Yoshikazu Tsuno/Agence France-Presse — GettyImages
Elderly people work out with wooden dumbbells on the grounds of a temple in Tokyo on Sept. 17, 2012.
TOKYO
THE first grade class at the elementary school in Nanmoku, about 85 miles from Tokyo, has just a single student this year. The local school system that five decades ago taught 1,250 elementary school children is now educating just 37. Many of the town's elegant wooden homes are abandoned. Where generations of cedar loggers, sweet potato farmers and factory workers once made their lives, monkeys now reside. The only sounds at night are the cries of deer and the wail of an occasional ambulance.
Nanmoku's plight is Japan's fate. Faced with an aging society, a depopulating countryside and economic stagnation, the country has struggled for decades to address its challenges. As Japan goes to the polls on Dec. 16 for parliamentary elections that will most likely mean the seventh prime minister in six years, voters need to demand that politicians address the most important issue of all: the country's low birthrate.
Sadly, this issue is hardly being discussed on the campaign trail. Instead, parties are promising to lavish more money on special interests like construction companies, the main beneficiaries of public works spending.
Nowhere is the rapid aging of Japan more visible than in rural towns like Nanmoku, where 56 percent of local residents are over 65. Over the next 25 years, the proportion of Japan's population that is elderly will rise from almost one in four to one in three. Sales of adult diapers will soon surpass those of baby diapers.
The reason for Japan's plight stretches back decades. The countryside lost people to the cities during Japan's era of rapid growth between the early 1950s and the late 1980s. The population in rural areas continued to decline even after the country's growth began to slow in the early 1990s. To secure the rural vote, the Liberal Democratic Party, which held power almost continuously from 1955 until 2009, devoted huge amounts of the state's budget to infrastructure projects that were intended to revitalize the hinterland. But the revitalization never occurred. Towns were left with deserted train stations, empty hot-spring resorts and extraordinary levels of debt.
Just as America has its military-industrial complex, Japan — whose constitution forbids a formal army — has its "construction state." Public largess went to pouring concrete across the country. It's clear now that Japan should have been less focused on building bridges to nowhere and more focused on making babies.
Although Japanese couples consistently say in surveys that they would like to have more than two children, they don't. Part of the problem is Japan's prolonged economic malaise. Years of stagnant (or declining) incomes have made Japanese men less attractive as potential partners.

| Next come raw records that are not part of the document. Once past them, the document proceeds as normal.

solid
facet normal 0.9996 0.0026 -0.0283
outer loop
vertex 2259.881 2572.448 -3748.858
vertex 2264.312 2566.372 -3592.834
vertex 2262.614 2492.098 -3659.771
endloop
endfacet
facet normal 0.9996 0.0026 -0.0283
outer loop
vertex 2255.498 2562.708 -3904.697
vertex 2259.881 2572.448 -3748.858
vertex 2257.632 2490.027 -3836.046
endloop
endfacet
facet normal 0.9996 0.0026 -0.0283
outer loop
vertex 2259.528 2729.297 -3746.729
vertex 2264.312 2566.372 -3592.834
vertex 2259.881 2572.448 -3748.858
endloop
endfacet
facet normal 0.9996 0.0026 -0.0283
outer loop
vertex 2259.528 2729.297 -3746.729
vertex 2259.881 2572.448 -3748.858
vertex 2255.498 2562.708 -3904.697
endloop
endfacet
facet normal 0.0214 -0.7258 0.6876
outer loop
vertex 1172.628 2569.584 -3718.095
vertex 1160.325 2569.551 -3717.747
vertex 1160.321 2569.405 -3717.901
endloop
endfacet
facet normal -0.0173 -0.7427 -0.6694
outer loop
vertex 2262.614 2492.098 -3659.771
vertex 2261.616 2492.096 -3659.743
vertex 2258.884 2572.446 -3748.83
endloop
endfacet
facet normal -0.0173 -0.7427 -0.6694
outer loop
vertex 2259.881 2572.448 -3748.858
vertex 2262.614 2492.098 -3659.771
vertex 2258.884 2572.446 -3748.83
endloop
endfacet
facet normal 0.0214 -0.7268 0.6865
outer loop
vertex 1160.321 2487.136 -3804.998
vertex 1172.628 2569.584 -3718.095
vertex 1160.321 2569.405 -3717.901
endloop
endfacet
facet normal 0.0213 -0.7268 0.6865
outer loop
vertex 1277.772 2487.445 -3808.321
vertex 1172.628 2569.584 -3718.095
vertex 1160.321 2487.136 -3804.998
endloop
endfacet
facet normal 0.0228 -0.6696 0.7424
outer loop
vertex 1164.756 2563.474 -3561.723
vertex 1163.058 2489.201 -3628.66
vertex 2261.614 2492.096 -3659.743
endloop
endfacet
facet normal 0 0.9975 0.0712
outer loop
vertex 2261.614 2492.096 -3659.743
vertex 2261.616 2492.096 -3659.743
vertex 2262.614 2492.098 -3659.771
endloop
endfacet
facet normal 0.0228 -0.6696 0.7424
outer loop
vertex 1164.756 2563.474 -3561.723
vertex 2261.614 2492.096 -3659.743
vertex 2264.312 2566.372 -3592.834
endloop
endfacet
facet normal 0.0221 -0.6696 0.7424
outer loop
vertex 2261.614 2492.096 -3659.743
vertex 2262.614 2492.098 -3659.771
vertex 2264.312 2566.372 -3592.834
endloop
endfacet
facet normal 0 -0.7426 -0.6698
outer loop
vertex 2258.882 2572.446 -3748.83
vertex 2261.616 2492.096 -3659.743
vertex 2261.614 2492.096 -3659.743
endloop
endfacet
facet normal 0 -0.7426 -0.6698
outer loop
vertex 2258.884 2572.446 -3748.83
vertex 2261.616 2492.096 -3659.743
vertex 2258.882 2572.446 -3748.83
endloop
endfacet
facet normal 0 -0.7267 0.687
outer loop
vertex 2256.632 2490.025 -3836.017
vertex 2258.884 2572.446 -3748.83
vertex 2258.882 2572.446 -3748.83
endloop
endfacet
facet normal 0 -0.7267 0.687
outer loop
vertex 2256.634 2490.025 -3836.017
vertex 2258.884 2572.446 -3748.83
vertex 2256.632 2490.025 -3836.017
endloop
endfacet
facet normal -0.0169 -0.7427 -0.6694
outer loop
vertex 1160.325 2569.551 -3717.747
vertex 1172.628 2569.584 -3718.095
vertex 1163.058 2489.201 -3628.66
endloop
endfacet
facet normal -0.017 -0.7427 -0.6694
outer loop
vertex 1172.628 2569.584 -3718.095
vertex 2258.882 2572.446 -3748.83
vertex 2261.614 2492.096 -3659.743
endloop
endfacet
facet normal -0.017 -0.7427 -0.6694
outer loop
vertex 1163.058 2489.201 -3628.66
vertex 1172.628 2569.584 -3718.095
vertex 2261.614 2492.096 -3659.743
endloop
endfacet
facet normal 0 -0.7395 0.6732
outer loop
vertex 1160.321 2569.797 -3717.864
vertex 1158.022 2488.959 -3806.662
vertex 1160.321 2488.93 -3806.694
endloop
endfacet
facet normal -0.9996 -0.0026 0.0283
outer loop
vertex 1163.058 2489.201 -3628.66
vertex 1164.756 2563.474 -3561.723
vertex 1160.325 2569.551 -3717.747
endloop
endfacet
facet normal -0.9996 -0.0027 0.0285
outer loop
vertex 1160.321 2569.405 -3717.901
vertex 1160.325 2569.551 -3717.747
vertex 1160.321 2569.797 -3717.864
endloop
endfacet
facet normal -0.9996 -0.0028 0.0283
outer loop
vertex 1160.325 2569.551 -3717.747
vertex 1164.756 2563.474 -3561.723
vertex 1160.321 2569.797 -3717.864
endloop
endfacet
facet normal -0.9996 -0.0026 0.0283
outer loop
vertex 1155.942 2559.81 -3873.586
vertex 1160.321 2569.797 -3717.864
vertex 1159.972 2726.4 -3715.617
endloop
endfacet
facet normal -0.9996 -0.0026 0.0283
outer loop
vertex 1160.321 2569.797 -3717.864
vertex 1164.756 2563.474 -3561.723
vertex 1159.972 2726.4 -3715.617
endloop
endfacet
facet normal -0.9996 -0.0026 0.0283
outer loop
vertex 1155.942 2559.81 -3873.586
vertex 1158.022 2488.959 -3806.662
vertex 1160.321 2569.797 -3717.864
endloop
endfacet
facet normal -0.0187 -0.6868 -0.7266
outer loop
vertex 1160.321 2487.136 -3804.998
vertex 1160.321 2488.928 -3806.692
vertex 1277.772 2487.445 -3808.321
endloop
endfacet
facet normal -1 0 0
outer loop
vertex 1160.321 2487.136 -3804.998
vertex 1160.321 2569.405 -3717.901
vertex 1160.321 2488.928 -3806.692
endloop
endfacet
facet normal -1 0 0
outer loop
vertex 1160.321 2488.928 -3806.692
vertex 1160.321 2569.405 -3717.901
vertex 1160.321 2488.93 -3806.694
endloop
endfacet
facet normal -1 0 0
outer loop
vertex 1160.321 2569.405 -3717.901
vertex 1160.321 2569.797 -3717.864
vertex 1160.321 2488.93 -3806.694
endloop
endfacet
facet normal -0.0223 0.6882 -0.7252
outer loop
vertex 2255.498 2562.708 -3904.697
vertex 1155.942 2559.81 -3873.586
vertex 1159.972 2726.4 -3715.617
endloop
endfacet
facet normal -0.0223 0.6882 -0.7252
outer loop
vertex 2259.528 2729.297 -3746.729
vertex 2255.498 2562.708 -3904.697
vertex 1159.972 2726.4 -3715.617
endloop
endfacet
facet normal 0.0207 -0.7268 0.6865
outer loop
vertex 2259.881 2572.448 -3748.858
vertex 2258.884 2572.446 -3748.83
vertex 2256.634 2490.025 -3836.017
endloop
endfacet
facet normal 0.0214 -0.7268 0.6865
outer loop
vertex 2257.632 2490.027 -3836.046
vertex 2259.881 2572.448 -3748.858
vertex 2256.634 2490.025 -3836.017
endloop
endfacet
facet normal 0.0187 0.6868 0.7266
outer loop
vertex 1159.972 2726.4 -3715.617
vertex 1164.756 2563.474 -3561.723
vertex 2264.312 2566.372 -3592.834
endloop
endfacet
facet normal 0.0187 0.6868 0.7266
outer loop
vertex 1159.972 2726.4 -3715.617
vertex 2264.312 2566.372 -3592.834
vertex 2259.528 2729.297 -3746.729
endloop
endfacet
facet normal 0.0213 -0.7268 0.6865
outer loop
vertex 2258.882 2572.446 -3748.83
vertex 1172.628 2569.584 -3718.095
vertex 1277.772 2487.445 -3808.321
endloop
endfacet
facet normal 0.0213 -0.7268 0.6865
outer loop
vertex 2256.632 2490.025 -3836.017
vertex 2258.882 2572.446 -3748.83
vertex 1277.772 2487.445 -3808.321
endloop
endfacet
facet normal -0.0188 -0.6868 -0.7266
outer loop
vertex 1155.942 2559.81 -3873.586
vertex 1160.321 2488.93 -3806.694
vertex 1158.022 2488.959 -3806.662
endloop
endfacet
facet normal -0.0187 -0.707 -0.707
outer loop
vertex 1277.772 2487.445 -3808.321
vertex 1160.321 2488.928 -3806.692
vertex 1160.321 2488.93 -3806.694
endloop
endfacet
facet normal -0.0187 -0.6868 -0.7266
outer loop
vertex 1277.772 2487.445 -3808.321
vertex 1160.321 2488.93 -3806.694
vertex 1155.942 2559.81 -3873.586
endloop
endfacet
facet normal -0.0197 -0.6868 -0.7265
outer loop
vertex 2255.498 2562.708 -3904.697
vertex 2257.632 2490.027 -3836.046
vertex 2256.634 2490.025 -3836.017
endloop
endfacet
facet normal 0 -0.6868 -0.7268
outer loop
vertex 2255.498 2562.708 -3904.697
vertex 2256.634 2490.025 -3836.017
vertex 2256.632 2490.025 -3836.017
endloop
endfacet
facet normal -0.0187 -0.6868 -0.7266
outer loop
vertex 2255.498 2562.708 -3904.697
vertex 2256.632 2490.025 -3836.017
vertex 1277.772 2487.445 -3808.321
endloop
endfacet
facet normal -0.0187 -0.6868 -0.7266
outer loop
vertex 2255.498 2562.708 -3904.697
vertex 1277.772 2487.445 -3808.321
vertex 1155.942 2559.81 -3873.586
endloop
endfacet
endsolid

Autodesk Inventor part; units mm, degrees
sketch "Sketch1" plane through (0, 0, 0) normal (0, 0, 1) x (1, 0, 0)
  line L0 (2948.6488, 634.5525) -> (2841.4489, 559.4904)
  line L1 (2841.4489, 559.4904) -> (2956.2003, 395.6085)
  line L2 (2956.2003, 395.6085) -> (3063.4001, 470.6706)
  line L3 (1051.1773, 2444.1167) -> (976.8907, 2338.0244)
  line L4 (976.8907, 2338.0244) -> (1140.7211, 2223.3091)
  line L5 (1140.7211, 2223.3091) -> (1215.0077, 2329.4014)
  line L6 (-383.8501, 3232.1868) -> (-383.8501, 3052.6308)
  arc A0 (4065.9398, -2152.4924) -> (-383.8501, 3052.6308) centre (-4485.4868, -4958.3977) ccw
  arc A1 (1051.1773, 2444.1167) -> (-383.8501, 3232.1868) centre (-3980.604, -5017.8654) ccw
  arc A2 (2948.6488, 634.5525) -> (1215.0077, 2329.4014) centre (-4152.392, -4894.9339) ccw
  arc A3 (4300.883, -1939.8955) -> (3063.4001, 470.6706) centre (-4233.2291, -4798.0297) ccw
  arc A4 (4065.9398, -2152.4924) -> (4300.883, -1939.8955) centre (3657.2708, -1464.7499) ccw
  point P0 (0, 0)
  point P1 (4065.924, -2152.4924)
  point P2 (4065.924, -2152.4924)
  dimension "d8" = 9000
  dimension "d9" = 9000
  dimension "d10" = 9000
  dimension "d11" = 9000
  dimension "d12" = 800
ref_plane "Work Plane2" through (0, 0, -7900) normal (0, 0, 1) x (1, 0, 0)
ref_plane "Work Plane1" through (0, 0, 0) normal (0, 0, 1) x (1, 0, 0)
sketch "Sketch2" plane through (0, 0, -7900) normal (0, 0, 1) x (1, 0, 0)
  arc A0 (895.257, 3171.2695) -> (-383.8658, 4018.7524) centre (-4697.1096, -3880.3569) ccw projected
  line L0 (-383.8658, 4018.7524) -> (-383.8658, 3839.1061) projected
  arc A1 (4065.924, -2152.4924) -> (-383.8658, 3839.1061) centre (-4733.9746, -4039.7614) ccw projected
  line L1 (895.257, 3171.2695) -> (830.4728, 3059.0601) projected
  line L2 (830.4728, 3059.0601) -> (1003.6891, 2959.0536) projected
  line L3 (1068.4733, 3071.2631) -> (1003.6891, 2959.0536) projected
  arc A2 (2750.1419, 1279.62) -> (1068.4733, 3071.2631) centre (-4591.4319, -3926.2703) ccw projected
  line L4 (2750.1419, 1279.62) -> (2643.8882, 1205.2246) projected
  line L5 (2643.8882, 1205.2246) -> (2759.146, 1041.7698) projected
  line L6 (2865.5448, 1116.2711) -> (2759.146, 1041.7698) projected
  arc A3 (4310.9102, -1926.005) -> (2865.5448, 1116.2711) centre (-4397.3898, -4198.7812) ccw projected
  arc A4 (4065.924, -2152.4924) -> (4310.9102, -1926.005) centre (3657.2831, -1464.7333) ccw
  point P0 (0, 0)
  dimension "d7" = 800
loft "Loft1" add profiles "Sketch1", "Sketch2"
ref_plane "Work Plane3" through (2500, 0, 0) normal (1, 0, 0) x (0, 1, 0)
sketch "Sketch3" plane through (2500, 0, 0) normal (1, 0, 0) x (0, 1, 0)
  line L0 (2569.5835, -3718.0946) -> (1551.2045, -2616.5476)
  line L1 (1551.2045, -2616.5476) -> (1738.7871, -4630.7013)
  line L2 (1738.7871, -4630.7013) -> (2569.5835, -3718.0946)
  line L3 (4228.9662, 279.606) -> (-2269.9695, 279.606)
  line L4 (-2269.9695, 279.606) -> (-2269.9695, -8192.2559)
  line L5 (-2269.9695, -8192.2559) -> (4228.9662, -8192.2559)
  line L6 (4228.9662, -8192.2559) -> (4228.9662, 279.606)
  point P0 (0, 0)
extrude "Extrusion1" cut sketch "Sketch3" along normal through all both and the other way through all
ref_plane "Work Plane4" through (1945.737, 1551.2045, -2616.5476) normal (0, -0.9956912, -0.0927309) x (1, 0, 0)
sketch "Sketch5" plane through (1945.737, 1551.2045, -2616.5476) normal (0, -0.9956912, -0.0927309) x (1, 0, 0)
  line L0 (347.8734, 0) -> (290.3896, -2022.8698)
  point P0 (-1945.737, 2749.1181)
ref_plane "Work Plane5" through (2293.6104, 1551.2045, -2616.5476) normal (-0.6425282, -0.7644369, -0.052856) x (-0.0284055, 0.0926935, -0.9952894)
sketch "Sketch6" plane through (2293.6104, 1551.2045, -2616.5476) normal (-0.6425282, -0.7644369, -0.052856) x (-0.0284055, 0.0926935, -0.9952894)
  line L0 (-1061.9028, -2252.9112) -> (2197.0944, -2252.9112)
  line L1 (2197.0944, -2252.9112) -> (2197.0944, 343.7273)
  line L2 (2197.0944, 343.7273) -> (-1061.9028, 343.7273)
  line L3 (-1061.9028, 343.7273) -> (-1061.9028, -2252.9112)
  point P0 (-2682.8576, -979.2829)
extrude "Extrusion2" cut sketch "Sketch6" against normal through all
ref_plane "Work Plane6" through (2293.6104, 1551.2045, -2616.5476) normal (-0.9995965, -0.0026341, 0.0282831) x (-0.0284055, 0.0926935, -0.9952894)
sketch "Sketch7" plane through (2293.6104, 1551.2045, -2616.5476) normal (-0.6425282, -0.7644369, -0.052856) x (-0.0284055, 0.0926935, -0.9952894)
  line L0 (0, 0) -> (1222.5973, -1418.5767) projected
  line L1 (1222.5973, -1418.5767) -> (2023.6864, 0) projected
  point P0 (-2682.8576, -979.2829)
sketch "Sketch8" plane through (2293.6104, 1551.2045, -2616.5476) normal (-0.9995965, -0.0026341, 0.0282831) x (-0.0284055, 0.0926935, -0.9952894)
  line L0 (0, 0) -> (1222.5973, -911.8435) projected
  spline S0 degree 4 poles (2023.6864, 0) (1891.4174, -0.0605) (1759.1485, -0.1112) (1626.8795, -0.1518) (1361.543, -0.2126) (1228.4756, -0.2325) (1095.4081, -0.2417) (831.8573, -0.2379) (701.374, -0.2253) (570.8907, -0.2017) (330.3055, -0.1374) (220.2037, -0.0999) (110.1018, -0.0542) (0, 0) knots 0 0 0 0 0 0.261442 0.261442 0.261442 0.524462 0.524462 0.524462 0.782374 0.782374 0.782374 1 1 1 1 1 projected
  line L1 (1222.5973, -911.8435) -> (2023.6864, 0) projected
  point P0 (-2682.8576, 1301.8858)
sketch "Sketch9" plane through (2293.6104, 1551.2045, -2616.5476) normal (-0.9995965, -0.0026341, 0.0282831) x (-0.0284055, 0.0926935, -0.9952894)
  line L0 (1222.5973, -911.8435) -> (0, 0) projected
  line L1 (2023.6864, 0) -> (1222.5973, -911.8435) projected
  spline S0 degree 4 poles (0, 0) (253.1862, 0) (506.3724, 0) (759.5586, 0) (1265.4802, 0) (1518.2156, 0) (1770.951, 0) (2023.6864, 0) knots 0 0 0 0 0 0.500446 0.500446 0.500446 1 1 1 1 1 projected
  point P0 (-2682.8576, 1301.8858)
extrude "Extrusion3" add sketch "Sketch9" against normal blind 1
sketch "Sketch10" plane through (2294.61, 1551.2071, -2616.5759) normal (0.9995965, 0.0026341, -0.0282831) x (-0.0284055, 0.0926935, -0.9952894)
  line L0 (1222.5973, 911.8435) -> (2011.6459, 13.7052) projected
  line L1 (1222.5973, 911.8435) -> (1126.4049, 840.1008)
  line L2 (0, 0) -> (1222.5973, 911.8435) projected
  line L3 (1222.5973, 911.8435) -> (1301.7983, 821.6925)
  line L4 (1301.7983, 821.6925) -> (1376.9241, 887.6934)
  line L5 (1376.9241, 887.6934) -> (1235.027, 1068.2138)
  line L6 (1126.4049, 840.1008) -> (1066.6193, 920.2612)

And economic uncertainty has led couples to delay getting married and having children. The shortage of public day care centers, especially in cities, has made the cost and burden of parenthood so high that today's couples either have fewer babies or none at all. (Japan's birthrate is just 1.39 children per woman.)
The government provides subsidized day care, but there is a long waiting list in big cities. Working parents often end up paying more to send their kids to private centers. While there is no exact international comparison, a 2009 survey by the Japanese government found that the first five years of child rearing, including savings, cost around $73,000, more than 2.5 times as much as in the United States.
Japan could address its baby shortage by taking three basic steps that have been discussed for years but have never enjoyed sufficient political leadership to be enacted. First, the government must create more subsidized public day care centers, which would make child care more affordable for more people.
Second, companies must dismantle old systems that promote employees on seniority, rather than skills. These antiquated practices hold down young workers' salaries and keep the labor market too rigid. And companies should discourage overtime work so that employees have more time with their families.
Third, both the government and companies should encourage more women to enter the labor force with high-quality jobs on a par with men and offer incentives to women to return to work after childbirth. In places where these sorts of reforms have taken hold, from France to Sweden, the result has been a boost to the birthrate and the economy.
To be sure, an increase in the birthrate is no quick fix. Even if Japan were to increase its birthrate next year, it would take at least a generation before the country began to tackle its demographic imbalances. The only shortcut would be a significant increase in immigration, a deeply controversial subject in Japan. Conservative politicians and right-wing groups are opposed to bringing in more workers from overseas, and some Japanese worry that foreigners would not assimilate well.
The lesson of Nanmoku is that spending one's way out of a crisis doesn't work without reforms that address the root causes of the malaise. Until Japan's leaders take steps to boost the birthrate, the whole country — like the countryside — will continue to shrink.